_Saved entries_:
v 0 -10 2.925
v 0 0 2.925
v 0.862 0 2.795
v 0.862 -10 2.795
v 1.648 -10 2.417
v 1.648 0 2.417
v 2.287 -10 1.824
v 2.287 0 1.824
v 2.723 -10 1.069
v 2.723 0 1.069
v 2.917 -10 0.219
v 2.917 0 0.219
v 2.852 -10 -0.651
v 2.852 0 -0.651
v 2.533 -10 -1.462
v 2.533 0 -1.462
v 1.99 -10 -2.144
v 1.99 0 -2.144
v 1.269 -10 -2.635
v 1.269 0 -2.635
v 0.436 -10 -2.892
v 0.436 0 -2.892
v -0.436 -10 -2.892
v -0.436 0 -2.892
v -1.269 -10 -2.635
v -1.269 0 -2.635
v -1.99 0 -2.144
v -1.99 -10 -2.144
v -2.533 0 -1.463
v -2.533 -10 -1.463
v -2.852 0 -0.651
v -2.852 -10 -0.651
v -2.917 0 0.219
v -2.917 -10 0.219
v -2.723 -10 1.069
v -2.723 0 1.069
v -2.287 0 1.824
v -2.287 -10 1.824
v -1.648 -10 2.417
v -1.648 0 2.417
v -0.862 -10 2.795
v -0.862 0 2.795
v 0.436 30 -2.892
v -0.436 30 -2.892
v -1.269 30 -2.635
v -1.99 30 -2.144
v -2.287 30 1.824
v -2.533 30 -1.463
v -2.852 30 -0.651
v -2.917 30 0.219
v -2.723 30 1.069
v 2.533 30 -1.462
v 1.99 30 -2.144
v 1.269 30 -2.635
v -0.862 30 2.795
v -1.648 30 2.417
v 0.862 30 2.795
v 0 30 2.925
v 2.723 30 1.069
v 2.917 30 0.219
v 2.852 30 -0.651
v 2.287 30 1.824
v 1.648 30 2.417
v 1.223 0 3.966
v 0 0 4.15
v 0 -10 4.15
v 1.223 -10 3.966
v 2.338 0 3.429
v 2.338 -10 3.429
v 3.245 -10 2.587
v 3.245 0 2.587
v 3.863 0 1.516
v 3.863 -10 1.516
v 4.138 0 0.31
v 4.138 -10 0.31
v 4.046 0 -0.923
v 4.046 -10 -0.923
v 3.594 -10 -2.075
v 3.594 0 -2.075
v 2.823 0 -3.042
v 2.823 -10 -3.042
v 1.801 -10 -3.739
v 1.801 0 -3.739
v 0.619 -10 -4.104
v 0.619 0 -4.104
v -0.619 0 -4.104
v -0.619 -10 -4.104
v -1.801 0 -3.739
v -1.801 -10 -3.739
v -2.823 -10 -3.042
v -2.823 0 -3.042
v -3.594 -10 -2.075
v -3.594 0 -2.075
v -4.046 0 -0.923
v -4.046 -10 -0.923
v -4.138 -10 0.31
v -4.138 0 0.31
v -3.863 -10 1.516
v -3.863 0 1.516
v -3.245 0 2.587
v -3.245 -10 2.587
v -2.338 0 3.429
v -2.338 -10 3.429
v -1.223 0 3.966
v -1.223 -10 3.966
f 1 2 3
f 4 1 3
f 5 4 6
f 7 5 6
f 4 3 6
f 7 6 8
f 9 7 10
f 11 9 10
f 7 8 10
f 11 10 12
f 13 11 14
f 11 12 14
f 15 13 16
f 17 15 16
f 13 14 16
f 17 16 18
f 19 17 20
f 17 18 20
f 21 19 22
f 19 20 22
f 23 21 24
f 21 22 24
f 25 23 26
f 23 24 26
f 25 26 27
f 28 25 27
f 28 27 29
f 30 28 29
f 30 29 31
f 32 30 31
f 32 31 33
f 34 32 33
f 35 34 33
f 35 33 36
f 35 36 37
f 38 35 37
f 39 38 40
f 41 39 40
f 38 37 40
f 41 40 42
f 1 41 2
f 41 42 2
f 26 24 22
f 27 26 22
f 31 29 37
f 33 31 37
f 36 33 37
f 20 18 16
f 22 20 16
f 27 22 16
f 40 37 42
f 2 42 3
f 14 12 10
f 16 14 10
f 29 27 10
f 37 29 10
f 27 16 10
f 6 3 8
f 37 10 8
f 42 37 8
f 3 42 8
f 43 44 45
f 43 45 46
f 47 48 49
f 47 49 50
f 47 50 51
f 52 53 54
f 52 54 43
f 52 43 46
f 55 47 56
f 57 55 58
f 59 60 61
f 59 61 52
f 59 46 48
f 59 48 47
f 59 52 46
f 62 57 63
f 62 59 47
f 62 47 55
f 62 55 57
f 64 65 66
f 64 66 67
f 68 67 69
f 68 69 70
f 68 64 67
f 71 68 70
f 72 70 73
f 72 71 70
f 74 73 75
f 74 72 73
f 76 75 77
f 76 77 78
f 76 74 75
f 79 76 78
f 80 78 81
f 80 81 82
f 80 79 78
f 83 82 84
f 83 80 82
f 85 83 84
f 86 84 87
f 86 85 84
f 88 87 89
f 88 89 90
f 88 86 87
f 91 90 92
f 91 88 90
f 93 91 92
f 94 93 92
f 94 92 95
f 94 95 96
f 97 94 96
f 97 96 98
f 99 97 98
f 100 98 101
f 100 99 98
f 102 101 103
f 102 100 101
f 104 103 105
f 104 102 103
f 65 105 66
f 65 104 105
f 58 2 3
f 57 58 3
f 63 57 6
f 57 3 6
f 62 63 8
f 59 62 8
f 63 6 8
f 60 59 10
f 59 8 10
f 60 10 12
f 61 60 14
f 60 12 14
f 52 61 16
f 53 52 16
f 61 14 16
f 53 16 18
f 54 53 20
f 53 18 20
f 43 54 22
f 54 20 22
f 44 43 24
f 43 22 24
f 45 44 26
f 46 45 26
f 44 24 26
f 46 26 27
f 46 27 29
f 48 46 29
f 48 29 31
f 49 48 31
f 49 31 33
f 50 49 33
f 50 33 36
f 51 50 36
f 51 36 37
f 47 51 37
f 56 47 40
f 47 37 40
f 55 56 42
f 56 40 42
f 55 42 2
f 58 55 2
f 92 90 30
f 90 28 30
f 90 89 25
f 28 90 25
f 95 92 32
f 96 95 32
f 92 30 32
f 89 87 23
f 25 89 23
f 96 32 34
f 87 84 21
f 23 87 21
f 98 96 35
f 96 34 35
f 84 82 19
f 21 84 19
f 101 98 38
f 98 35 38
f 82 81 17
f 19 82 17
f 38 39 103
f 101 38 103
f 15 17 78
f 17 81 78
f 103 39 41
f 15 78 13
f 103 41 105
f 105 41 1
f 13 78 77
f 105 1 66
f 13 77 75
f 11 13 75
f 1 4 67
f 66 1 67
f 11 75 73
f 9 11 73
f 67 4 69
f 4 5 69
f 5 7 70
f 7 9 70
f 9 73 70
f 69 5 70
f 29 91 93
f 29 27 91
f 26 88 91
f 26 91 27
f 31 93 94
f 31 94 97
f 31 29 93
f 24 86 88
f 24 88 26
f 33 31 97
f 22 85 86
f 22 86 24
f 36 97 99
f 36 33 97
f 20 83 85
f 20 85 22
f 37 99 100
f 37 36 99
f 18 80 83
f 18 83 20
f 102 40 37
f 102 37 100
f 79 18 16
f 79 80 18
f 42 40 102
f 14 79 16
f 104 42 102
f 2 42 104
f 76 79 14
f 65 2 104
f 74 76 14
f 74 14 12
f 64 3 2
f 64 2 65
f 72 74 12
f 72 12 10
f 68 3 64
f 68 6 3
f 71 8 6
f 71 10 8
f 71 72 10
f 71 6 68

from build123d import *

# Parameters (mm, degrees)
SKETCH2_R           = 2.925
BOSS_EXTRUDE1_DEPTH = 30
SKETCH2_3_R         = 4.15
SKETCH2_3_R_2       = 2.925
BOSS_EXTRUDE2_DEPTH = 10


with BuildPart() as part:
    # Sketch2 → Boss-Extrude1 (new body)
    with BuildSketch(Plane(origin=(0, 0, 0), x_dir=(1, 0, 0), z_dir=(0, 1, 0))):
        Circle(SKETCH2_R)
    extrude(amount=BOSS_EXTRUDE1_DEPTH)


with BuildPart() as body_2:
    # Sketch2<3> → Boss-Extrude2 (new body)
    with BuildSketch(Plane(origin=(0, 0, 0), x_dir=(1, 0, 0), z_dir=(0, 1, 0))):
        Circle(SKETCH2_3_R)
        Circle(SKETCH2_3_R_2, mode=Mode.SUBTRACT)
    extrude(amount=-BOSS_EXTRUDE2_DEPTH)


solid = Compound([part.part, body_2.part])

_EXERCISE BRIEF_:
What you return must be the lines above that run from the line with "v -4.046 0 -0.923" to the line with "f 103 41 105", inclusive, each copied exactly.

_ANSWER TO THE PROBLEM_:
v -4.046 0 -0.923
v -4.046 -10 -0.923
v -4.138 -10 0.31
v -4.138 0 0.31
v -3.863 -10 1.516
v -3.863 0 1.516
v -3.245 0 2.587
v -3.245 -10 2.587
v -2.338 0 3.429
v -2.338 -10 3.429
v -1.223 0 3.966
v -1.223 -10 3.966
f 1 2 3
f 4 1 3
f 5 4 6
f 7 5 6
f 4 3 6
f 7 6 8
f 9 7 10
f 11 9 10
f 7 8 10
f 11 10 12
f 13 11 14
f 11 12 14
f 15 13 16
f 17 15 16
f 13 14 16
f 17 16 18
f 19 17 20
f 17 18 20
f 21 19 22
f 19 20 22
f 23 21 24
f 21 22 24
f 25 23 26
f 23 24 26
f 25 26 27
f 28 25 27
f 28 27 29
f 30 28 29
f 30 29 31
f 32 30 31
f 32 31 33
f 34 32 33
f 35 34 33
f 35 33 36
f 35 36 37
f 38 35 37
f 39 38 40
f 41 39 40
f 38 37 40
f 41 40 42
f 1 41 2
f 41 42 2
f 26 24 22
f 27 26 22
f 31 29 37
f 33 31 37
f 36 33 37
f 20 18 16
f 22 20 16
f 27 22 16
f 40 37 42
f 2 42 3
f 14 12 10
f 16 14 10
f 29 27 10
f 37 29 10
f 27 16 10
f 6 3 8
f 37 10 8
f 42 37 8
f 3 42 8
f 43 44 45
f 43 45 46
f 47 48 49
f 47 49 50
f 47 50 51
f 52 53 54
f 52 54 43
f 52 43 46
f 55 47 56
f 57 55 58
f 59 60 61
f 59 61 52
f 59 46 48
f 59 48 47
f 59 52 46
f 62 57 63
f 62 59 47
f 62 47 55
f 62 55 57
f 64 65 66
f 64 66 67
f 68 67 69
f 68 69 70
f 68 64 67
f 71 68 70
f 72 70 73
f 72 71 70
f 74 73 75
f 74 72 73
f 76 75 77
f 76 77 78
f 76 74 75
f 79 76 78
f 80 78 81
f 80 81 82
f 80 79 78
f 83 82 84
f 83 80 82
f 85 83 84
f 86 84 87
f 86 85 84
f 88 87 89
f 88 89 90
f 88 86 87
f 91 90 92
f 91 88 90
f 93 91 92
f 94 93 92
f 94 92 95
f 94 95 96
f 97 94 96
f 97 96 98
f 99 97 98
f 100 98 101
f 100 99 98
f 102 101 103
f 102 100 101
f 104 103 105
f 104 102 103
f 65 105 66
f 65 104 105
f 58 2 3
f 57 58 3
f 63 57 6
f 57 3 6
f 62 63 8
f 59 62 8
f 63 6 8
f 60 59 10
f 59 8 10
f 60 10 12
f 61 60 14
f 60 12 14
f 52 61 16
f 53 52 16
f 61 14 16
f 53 16 18
f 54 53 20
f 53 18 20
f 43 54 22
f 54 20 22
f 44 43 24
f 43 22 24
f 45 44 26
f 46 45 26
f 44 24 26
f 46 26 27
f 46 27 29
f 48 46 29
f 48 29 31
f 49 48 31
f 49 31 33
f 50 49 33
f 50 33 36
f 51 50 36
f 51 36 37
f 47 51 37
f 56 47 40
f 47 37 40
f 55 56 42
f 56 40 42
f 55 42 2
f 58 55 2
f 92 90 30
f 90 28 30
f 90 89 25
f 28 90 25
f 95 92 32
f 96 95 32
f 92 30 32
f 89 87 23
f 25 89 23
f 96 32 34
f 87 84 21
f 23 87 21
f 98 96 35
f 96 34 35
f 84 82 19
f 21 84 19
f 101 98 38
f 98 35 38
f 82 81 17
f 19 82 17
f 38 39 103
f 101 38 103
f 15 17 78
f 17 81 78
f 103 39 41
f 15 78 13
f 103 41 105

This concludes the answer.